## Action item
Reproduce the material that follows, please, but only from its first line to the line containing "#5=PRODUCT_DEFINITION_CONTEXT('',#1,'design');", inclusive.

=== Begin Enclosure ===

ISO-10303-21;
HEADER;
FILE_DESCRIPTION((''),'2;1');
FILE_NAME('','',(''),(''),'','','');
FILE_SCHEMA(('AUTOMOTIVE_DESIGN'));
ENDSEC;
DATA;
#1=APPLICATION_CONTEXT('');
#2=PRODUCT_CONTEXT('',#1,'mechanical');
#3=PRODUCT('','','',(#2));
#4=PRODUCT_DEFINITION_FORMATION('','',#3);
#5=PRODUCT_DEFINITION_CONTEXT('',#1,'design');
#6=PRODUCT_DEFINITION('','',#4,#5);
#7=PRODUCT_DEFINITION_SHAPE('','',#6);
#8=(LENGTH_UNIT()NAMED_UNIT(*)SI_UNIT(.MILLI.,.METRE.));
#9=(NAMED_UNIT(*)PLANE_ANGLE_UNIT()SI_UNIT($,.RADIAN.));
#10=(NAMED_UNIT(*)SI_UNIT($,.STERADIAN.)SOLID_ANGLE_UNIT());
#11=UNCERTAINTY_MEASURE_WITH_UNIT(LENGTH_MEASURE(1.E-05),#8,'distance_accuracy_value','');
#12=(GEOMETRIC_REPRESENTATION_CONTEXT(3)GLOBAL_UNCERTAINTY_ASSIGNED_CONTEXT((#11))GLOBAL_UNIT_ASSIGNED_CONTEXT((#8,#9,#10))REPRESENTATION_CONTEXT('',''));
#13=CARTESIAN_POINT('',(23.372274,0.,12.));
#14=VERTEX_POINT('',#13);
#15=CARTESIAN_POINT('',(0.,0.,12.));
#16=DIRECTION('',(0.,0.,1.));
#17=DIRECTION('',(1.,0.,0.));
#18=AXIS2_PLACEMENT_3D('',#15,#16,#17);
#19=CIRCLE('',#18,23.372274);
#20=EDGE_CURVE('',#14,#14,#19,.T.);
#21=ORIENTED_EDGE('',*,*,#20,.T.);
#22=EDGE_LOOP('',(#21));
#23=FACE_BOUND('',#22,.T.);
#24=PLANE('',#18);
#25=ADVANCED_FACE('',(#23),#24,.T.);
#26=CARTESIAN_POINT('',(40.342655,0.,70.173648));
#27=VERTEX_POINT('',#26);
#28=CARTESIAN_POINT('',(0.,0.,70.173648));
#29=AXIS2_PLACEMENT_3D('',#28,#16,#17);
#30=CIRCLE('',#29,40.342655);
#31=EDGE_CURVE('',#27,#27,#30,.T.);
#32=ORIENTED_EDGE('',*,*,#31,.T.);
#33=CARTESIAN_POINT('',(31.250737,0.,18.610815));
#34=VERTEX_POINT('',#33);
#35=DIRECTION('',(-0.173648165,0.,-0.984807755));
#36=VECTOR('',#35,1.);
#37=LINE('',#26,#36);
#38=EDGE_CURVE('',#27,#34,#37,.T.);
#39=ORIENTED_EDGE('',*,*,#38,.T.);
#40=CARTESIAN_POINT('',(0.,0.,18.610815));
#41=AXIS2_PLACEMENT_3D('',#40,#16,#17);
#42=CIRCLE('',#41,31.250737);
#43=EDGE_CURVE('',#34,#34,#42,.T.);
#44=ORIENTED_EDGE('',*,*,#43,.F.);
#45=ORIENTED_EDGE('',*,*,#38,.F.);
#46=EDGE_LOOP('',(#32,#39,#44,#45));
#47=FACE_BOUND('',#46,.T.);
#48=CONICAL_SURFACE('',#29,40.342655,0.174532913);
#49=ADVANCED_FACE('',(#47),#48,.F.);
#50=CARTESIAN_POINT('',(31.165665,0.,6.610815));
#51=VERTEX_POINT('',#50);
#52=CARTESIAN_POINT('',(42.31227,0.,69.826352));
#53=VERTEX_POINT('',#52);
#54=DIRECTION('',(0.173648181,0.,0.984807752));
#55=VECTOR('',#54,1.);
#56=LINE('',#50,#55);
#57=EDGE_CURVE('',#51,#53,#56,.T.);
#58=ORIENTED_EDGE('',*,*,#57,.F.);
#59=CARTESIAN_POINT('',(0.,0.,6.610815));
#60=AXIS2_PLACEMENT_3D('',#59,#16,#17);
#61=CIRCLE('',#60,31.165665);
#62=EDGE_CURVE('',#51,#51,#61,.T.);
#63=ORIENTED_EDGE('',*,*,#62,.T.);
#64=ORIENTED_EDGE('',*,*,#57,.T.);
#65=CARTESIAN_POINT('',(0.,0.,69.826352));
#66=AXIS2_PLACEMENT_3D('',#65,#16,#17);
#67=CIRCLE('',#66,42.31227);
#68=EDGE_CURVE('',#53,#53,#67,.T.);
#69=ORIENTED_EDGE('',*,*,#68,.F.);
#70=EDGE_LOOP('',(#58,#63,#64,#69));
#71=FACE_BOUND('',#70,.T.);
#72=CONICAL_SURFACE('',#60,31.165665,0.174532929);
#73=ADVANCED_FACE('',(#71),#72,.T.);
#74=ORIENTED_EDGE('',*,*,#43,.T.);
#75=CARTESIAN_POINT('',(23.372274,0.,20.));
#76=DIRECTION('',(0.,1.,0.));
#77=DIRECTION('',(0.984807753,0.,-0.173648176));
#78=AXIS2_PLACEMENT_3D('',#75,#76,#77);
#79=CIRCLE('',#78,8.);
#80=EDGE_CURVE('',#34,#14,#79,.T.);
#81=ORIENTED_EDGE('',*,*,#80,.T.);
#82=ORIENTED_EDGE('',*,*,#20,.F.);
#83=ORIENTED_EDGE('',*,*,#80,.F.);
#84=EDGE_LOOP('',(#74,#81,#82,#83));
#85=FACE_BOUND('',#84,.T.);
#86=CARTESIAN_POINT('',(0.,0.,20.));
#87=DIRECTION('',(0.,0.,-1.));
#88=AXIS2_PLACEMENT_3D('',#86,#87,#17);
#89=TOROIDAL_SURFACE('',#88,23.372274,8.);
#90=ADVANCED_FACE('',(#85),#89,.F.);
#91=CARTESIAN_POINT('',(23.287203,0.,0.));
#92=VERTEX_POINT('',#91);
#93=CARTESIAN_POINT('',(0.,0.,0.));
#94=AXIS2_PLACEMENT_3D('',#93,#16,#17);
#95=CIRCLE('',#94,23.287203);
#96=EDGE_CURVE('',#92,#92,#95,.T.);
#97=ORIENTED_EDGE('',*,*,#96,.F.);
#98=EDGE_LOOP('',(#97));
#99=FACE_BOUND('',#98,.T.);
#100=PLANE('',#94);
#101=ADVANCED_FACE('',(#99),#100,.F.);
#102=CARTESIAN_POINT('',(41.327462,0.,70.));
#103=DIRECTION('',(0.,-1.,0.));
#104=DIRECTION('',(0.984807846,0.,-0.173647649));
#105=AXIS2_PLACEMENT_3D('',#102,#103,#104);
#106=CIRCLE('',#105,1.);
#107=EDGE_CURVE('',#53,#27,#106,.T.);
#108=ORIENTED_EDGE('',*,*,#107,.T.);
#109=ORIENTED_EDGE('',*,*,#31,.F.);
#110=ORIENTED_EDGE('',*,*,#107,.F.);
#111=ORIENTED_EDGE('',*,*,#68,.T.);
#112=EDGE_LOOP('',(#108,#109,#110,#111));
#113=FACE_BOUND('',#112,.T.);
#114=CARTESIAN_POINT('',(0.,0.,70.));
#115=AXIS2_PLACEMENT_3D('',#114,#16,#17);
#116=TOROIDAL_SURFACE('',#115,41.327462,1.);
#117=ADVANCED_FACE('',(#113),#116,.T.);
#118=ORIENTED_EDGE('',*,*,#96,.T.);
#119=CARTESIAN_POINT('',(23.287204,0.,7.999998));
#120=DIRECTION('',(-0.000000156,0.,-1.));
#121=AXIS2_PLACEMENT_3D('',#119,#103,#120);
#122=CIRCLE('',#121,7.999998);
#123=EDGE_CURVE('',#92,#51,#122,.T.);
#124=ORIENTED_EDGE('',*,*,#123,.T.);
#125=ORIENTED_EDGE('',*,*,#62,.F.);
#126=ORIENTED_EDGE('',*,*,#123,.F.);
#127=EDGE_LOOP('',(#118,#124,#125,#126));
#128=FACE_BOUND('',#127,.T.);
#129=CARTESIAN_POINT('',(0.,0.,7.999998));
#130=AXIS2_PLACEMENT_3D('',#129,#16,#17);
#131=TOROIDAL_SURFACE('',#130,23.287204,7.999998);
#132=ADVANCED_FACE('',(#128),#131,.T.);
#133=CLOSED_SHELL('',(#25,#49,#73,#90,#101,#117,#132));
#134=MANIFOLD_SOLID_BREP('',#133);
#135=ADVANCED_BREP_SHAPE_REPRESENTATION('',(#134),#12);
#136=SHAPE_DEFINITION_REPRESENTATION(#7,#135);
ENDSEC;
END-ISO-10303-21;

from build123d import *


with BuildPart() as f1:
    # F0 (on Front) → F1 (revolve)
    with BuildSketch(Plane.XZ):
        with BuildLine():
            Line((0, 12), (0, 0))
            Line((0, 0), (23.287203, 0))
            ThreePointArc((23.287203, 0), (28.429504, 1.871644), (31.165665, 6.610815))
            Line((31.165665, 6.610815), (42.31227, 69.826352))
            ThreePointArc((42.31227, 69.826352), (41.501111, 70.984807), (40.342655, 70.173648))
            Line((40.342655, 70.173648), (31.250737, 18.610815))
            ThreePointArc((31.250737, 18.610815), (28.514575, 13.871644), (23.372274, 12))
            Line((23.372274, 12), (0, 12))
        make_face()
    revolve(axis=Axis((0, 0, 6), (0, 0, 1)))


solid = f1.part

=== End Enclosure ===

## Exercise output
ISO-10303-21;
HEADER;
FILE_DESCRIPTION((''),'2;1');
FILE_NAME('','',(''),(''),'','','');
FILE_SCHEMA(('AUTOMOTIVE_DESIGN'));
ENDSEC;
DATA;
#1=APPLICATION_CONTEXT('');
#2=PRODUCT_CONTEXT('',#1,'mechanical');
#3=PRODUCT('','','',(#2));
#4=PRODUCT_DEFINITION_FORMATION('','',#3);
#5=PRODUCT_DEFINITION_CONTEXT('',#1,'design');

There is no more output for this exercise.